§ Supplied data
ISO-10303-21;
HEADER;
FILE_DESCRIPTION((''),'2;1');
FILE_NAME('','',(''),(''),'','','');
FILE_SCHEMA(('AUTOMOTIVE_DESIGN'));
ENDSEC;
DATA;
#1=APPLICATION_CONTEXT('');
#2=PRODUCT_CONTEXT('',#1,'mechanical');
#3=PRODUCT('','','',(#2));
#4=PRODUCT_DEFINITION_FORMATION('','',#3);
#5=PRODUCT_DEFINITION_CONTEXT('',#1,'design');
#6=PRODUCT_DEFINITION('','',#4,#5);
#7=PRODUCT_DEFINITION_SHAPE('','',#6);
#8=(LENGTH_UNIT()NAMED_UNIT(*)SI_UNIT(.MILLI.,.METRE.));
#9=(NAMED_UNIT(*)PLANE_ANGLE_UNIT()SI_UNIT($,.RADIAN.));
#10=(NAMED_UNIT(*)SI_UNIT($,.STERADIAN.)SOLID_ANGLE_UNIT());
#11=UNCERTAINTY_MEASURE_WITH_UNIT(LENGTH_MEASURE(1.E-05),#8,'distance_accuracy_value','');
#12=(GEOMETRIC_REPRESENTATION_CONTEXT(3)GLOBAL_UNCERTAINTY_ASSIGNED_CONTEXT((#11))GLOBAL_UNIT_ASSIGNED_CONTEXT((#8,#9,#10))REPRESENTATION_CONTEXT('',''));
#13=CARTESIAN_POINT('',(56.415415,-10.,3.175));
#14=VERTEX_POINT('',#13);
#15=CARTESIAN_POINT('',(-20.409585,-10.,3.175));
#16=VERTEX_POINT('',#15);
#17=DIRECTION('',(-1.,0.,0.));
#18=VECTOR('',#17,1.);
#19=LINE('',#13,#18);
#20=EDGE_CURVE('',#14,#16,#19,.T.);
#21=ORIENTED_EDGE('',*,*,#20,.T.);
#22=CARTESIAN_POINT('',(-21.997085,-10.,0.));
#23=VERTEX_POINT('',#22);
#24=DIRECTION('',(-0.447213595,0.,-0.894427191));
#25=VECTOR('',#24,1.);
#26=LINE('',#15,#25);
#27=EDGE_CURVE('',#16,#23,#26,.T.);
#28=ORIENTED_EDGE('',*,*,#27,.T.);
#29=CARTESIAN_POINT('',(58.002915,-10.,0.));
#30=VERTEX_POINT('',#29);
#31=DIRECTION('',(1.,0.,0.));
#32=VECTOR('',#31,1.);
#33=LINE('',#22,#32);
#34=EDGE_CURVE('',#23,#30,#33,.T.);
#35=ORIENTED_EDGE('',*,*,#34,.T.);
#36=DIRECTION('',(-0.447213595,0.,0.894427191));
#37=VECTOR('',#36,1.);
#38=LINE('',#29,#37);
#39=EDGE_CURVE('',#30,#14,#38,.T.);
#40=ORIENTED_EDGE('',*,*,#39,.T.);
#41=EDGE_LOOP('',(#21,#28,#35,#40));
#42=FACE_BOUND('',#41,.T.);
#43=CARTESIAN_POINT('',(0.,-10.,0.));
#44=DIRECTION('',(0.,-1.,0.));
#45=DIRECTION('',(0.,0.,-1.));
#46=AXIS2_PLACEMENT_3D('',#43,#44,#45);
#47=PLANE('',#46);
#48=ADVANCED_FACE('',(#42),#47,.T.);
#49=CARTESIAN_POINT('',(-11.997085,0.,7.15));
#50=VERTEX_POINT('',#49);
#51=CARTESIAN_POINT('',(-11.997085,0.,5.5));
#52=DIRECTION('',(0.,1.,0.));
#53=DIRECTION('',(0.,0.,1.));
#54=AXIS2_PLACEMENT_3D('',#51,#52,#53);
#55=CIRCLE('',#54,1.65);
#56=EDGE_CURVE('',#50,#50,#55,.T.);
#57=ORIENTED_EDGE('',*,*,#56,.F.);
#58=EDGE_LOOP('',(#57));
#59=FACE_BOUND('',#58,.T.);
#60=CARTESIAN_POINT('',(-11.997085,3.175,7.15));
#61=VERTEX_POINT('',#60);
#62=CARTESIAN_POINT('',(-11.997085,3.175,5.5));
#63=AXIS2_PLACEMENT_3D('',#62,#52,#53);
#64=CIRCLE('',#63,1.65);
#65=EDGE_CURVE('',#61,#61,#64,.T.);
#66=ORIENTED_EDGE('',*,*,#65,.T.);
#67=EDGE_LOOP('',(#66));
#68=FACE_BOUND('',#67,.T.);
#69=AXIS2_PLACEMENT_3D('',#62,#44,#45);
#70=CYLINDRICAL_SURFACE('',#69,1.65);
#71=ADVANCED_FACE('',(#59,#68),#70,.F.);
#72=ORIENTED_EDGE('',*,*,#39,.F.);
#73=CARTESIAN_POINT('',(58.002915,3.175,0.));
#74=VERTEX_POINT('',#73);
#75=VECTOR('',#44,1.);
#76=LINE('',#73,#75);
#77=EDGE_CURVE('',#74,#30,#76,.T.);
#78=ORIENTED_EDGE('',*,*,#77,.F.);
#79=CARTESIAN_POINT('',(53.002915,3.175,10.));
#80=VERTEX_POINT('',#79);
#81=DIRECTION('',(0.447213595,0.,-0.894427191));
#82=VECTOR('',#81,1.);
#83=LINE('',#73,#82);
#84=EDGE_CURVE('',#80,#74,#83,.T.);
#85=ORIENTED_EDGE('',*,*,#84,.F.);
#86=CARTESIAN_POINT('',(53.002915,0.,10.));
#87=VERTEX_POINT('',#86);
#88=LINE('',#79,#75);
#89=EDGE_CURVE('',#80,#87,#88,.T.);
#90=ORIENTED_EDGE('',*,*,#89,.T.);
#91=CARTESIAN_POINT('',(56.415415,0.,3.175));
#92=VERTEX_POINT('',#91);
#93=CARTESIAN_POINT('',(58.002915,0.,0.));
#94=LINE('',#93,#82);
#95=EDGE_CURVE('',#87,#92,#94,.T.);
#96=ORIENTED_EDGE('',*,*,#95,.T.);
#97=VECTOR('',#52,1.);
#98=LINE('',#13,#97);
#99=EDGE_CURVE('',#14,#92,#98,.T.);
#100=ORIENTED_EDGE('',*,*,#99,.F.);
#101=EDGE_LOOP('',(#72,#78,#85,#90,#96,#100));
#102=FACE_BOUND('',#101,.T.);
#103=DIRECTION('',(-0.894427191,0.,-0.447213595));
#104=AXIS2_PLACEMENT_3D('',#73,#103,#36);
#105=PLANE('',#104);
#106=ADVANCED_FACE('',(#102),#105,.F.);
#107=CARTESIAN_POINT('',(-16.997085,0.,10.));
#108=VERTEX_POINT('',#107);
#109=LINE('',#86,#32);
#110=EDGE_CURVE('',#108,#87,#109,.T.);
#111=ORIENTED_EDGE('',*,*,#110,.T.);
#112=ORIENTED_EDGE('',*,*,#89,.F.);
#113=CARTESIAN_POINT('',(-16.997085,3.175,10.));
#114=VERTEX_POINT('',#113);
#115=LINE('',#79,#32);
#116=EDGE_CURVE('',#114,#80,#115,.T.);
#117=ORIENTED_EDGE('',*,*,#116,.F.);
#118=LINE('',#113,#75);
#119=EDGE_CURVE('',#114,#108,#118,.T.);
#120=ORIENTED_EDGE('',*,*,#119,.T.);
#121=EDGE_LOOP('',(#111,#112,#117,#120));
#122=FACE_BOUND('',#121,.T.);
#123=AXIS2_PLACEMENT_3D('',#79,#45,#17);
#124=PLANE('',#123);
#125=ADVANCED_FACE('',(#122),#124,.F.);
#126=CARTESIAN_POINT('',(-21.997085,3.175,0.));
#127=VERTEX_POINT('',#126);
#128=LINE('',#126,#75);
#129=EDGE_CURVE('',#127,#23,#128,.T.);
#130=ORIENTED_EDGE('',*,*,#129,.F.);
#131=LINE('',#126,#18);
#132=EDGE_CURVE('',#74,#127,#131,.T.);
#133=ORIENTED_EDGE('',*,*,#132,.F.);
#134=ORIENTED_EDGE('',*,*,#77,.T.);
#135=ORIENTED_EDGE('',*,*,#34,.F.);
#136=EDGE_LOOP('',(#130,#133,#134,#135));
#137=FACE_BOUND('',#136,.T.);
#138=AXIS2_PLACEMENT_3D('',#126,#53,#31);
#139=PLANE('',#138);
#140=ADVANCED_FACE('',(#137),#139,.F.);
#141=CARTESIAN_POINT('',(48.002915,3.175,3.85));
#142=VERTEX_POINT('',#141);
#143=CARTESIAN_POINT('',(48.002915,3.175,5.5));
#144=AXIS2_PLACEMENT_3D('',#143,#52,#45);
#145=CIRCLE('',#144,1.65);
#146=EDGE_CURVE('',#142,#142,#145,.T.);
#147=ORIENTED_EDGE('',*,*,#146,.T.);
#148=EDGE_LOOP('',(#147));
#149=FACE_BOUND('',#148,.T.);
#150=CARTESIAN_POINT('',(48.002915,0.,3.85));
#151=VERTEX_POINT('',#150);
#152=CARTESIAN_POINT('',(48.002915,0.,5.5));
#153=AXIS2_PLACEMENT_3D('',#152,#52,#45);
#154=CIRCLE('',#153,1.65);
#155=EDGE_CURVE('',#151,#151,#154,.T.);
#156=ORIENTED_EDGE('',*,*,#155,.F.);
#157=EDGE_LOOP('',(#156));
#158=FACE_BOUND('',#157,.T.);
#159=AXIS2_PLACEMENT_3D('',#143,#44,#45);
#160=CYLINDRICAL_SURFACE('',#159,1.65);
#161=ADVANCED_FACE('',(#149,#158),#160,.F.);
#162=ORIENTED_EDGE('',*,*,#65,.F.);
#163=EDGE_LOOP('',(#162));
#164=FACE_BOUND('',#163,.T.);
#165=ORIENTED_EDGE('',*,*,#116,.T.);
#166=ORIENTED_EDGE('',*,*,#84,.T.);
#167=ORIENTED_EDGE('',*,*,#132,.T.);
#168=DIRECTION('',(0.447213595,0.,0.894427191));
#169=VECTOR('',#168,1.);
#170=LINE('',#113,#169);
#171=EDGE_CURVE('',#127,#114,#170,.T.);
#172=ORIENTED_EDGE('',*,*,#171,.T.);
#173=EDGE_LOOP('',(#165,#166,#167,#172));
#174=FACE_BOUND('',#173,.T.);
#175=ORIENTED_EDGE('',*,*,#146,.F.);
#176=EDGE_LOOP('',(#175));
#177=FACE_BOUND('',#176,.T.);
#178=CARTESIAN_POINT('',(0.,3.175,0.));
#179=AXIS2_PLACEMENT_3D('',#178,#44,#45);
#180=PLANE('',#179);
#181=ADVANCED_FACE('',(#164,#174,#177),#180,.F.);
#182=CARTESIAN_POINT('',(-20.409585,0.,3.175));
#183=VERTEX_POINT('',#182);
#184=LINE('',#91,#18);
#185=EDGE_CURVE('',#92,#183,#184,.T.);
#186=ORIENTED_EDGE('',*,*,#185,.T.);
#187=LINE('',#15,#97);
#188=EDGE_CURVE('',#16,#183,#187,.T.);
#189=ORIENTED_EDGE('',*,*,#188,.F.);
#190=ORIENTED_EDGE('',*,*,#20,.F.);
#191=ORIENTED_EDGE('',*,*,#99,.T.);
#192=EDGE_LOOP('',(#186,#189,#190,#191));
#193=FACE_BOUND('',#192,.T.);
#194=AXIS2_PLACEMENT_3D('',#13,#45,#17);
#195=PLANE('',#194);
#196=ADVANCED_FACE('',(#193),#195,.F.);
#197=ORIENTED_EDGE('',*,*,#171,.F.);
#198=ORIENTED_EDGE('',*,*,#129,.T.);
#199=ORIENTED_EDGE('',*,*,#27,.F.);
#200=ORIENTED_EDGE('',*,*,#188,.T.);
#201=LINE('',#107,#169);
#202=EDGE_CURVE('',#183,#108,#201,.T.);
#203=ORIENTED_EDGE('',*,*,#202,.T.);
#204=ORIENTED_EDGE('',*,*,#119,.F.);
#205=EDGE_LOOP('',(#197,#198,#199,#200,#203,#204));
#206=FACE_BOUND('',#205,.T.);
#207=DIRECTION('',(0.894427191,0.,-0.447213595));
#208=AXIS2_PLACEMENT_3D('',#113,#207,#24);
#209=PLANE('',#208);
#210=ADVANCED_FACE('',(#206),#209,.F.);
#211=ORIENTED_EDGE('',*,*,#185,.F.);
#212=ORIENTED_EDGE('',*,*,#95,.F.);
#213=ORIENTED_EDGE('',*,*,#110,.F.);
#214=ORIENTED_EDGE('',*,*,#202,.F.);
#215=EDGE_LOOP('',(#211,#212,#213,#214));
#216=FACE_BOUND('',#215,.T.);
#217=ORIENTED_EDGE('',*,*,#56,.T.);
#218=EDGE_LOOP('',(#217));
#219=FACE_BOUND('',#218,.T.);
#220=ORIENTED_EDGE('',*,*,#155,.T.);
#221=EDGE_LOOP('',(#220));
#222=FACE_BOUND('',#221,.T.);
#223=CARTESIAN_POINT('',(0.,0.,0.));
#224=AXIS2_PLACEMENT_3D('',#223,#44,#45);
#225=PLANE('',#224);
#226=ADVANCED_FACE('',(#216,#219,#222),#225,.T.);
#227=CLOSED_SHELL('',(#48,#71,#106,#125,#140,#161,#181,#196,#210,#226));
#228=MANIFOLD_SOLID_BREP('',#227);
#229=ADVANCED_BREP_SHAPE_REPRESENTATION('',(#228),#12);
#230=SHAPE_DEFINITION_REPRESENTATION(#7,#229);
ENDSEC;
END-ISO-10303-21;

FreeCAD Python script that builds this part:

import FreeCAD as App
import Part
import Sketcher

V = App.Vector

doc = App.newDocument("Part")
body = doc.addObject("PartDesign::Body", "Body")

sketch1 = body.newObject("Sketcher::SketchObject", "Sketch")
sketch1.AttachmentSupport = (doc.getObject("XZ_Plane"), [""])
sketch1.MapMode = "FlatFace"
sketch1.addGeometry([
    Part.LineSegment(V(58.002915, 0, 0), V(-21.997085, 0, 0)),
    Part.LineSegment(V(-21.997085, 0, 0), V(-16.997085, 10, 0)),
    Part.LineSegment(V(-16.997085, 10, 0), V(53.002915, 10, 0)),
    Part.LineSegment(V(53.002915, 10, 0), V(58.002915, 0, 0)),
    Part.Circle(V(48.002915, 5.5, 0), V(0, 0, 1), 1.65),
    Part.Circle(V(-11.997085, 5.5, 0), V(0, 0, 1), 1.65),
], False)
sketch1.addConstraint([
    Sketcher.Constraint("Coincident", 0, 2, 1, 1),
    Sketcher.Constraint("Coincident", 1, 2, 2, 1),
    Sketcher.Constraint("Coincident", 2, 2, 3, 1),
    Sketcher.Constraint("Coincident", 3, 2, 0, 1),
    Sketcher.Constraint("Horizontal", 0),
    Sketcher.Constraint("Horizontal", 2),
    Sketcher.Constraint("Equal", 4, 5),
    Sketcher.Constraint("PointOnObject", 0, 2, -1),
    Sketcher.Constraint("Horizontal", 4, 3, 5, 3),
    Sketcher.Constraint("Equal", 1, 3),
    Sketcher.Constraint("Diameter", 4, 3.3),
    Sketcher.Constraint("DistanceX", 0, 2, 0, 1, 80.0),
    Sketcher.Constraint("DistanceX", 2, 1, 2, 2, 70.0),
    Sketcher.Constraint("DistanceY", -1, 1, 1, 2, 10.0),
    Sketcher.Constraint("DistanceX", 5, 3, 4, 3, 60.0),
    Sketcher.Constraint("DistanceX", 0, 2, 5, 3, 10.0),
    Sketcher.Constraint("DistanceY", -1, 1, 4, 3, 5.5),
    Sketcher.Constraint("DistanceX", -1, 1, 4, 3, 48.002915),
])
pad1 = body.newObject("PartDesign::Pad", "Pad")
pad1.Profile = sketch1
pad1.Length = 3.175
pad1.Reversed = True

sketch2 = body.newObject("Sketcher::SketchObject", "Sketch001")
sketch2.AttachmentSupport = (doc.getObject("XZ_Plane"), [""])
sketch2.MapMode = "FlatFace"
sketch2.addGeometry([
    Part.LineSegment(V(58.002915, 0, 0), V(56.415415, 3.175, 0)),
    Part.LineSegment(V(56.415415, 3.175, 0), V(-20.409585, 3.175, 0)),
    Part.LineSegment(V(-20.409585, 3.175, 0), V(-21.997085, 0, 0)),
    Part.LineSegment(V(-21.997085, 0, 0), V(58.002915, 0, 0)),
], False)
sketch2.addConstraint([
    Sketcher.Constraint("Coincident", 0, 2, 1, 1),
    Sketcher.Constraint("Coincident", 1, 2, 2, 1),
    Sketcher.Constraint("Coincident", 2, 2, 3, 1),
    Sketcher.Constraint("Coincident", 3, 2, 0, 1),
    Sketcher.Constraint("Horizontal", 1),
    Sketcher.Constraint("Horizontal", 3),
    Sketcher.Constraint("PointOnObject", 2, 2, -1),
    Sketcher.Constraint("Equal", 0, 2),
    Sketcher.Constraint("DistanceX", 3, 1, 3, 2, 80.0),
    Sketcher.Constraint("DistanceX", 1, 2, 1, 1, 76.825),
    Sketcher.Constraint("DistanceY", -1, 1, 0, 2, 3.175),
    Sketcher.Constraint("DistanceX", -1, 1, 0, 2, 56.415415),
])
pad2 = body.newObject("PartDesign::Pad", "Pad001")
pad2.Profile = sketch2
pad2.Length = 10

doc.recompute()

§ What is being asked
Restate word for word the entries above from the line with "#209=PLANE('',#208);" through the line with "#219=FACE_BOUND('',#218,.T.);", inclusive, leaving out everything else.

§ Answer section
#209=PLANE('',#208);
#210=ADVANCED_FACE('',(#206),#209,.F.);
#211=ORIENTED_EDGE('',*,*,#185,.F.);
#212=ORIENTED_EDGE('',*,*,#95,.F.);
#213=ORIENTED_EDGE('',*,*,#110,.F.);
#214=ORIENTED_EDGE('',*,*,#202,.F.);
#215=EDGE_LOOP('',(#211,#212,#213,#214));
#216=FACE_BOUND('',#215,.T.);
#217=ORIENTED_EDGE('',*,*,#56,.T.);
#218=EDGE_LOOP('',(#217));
#219=FACE_BOUND('',#218,.T.);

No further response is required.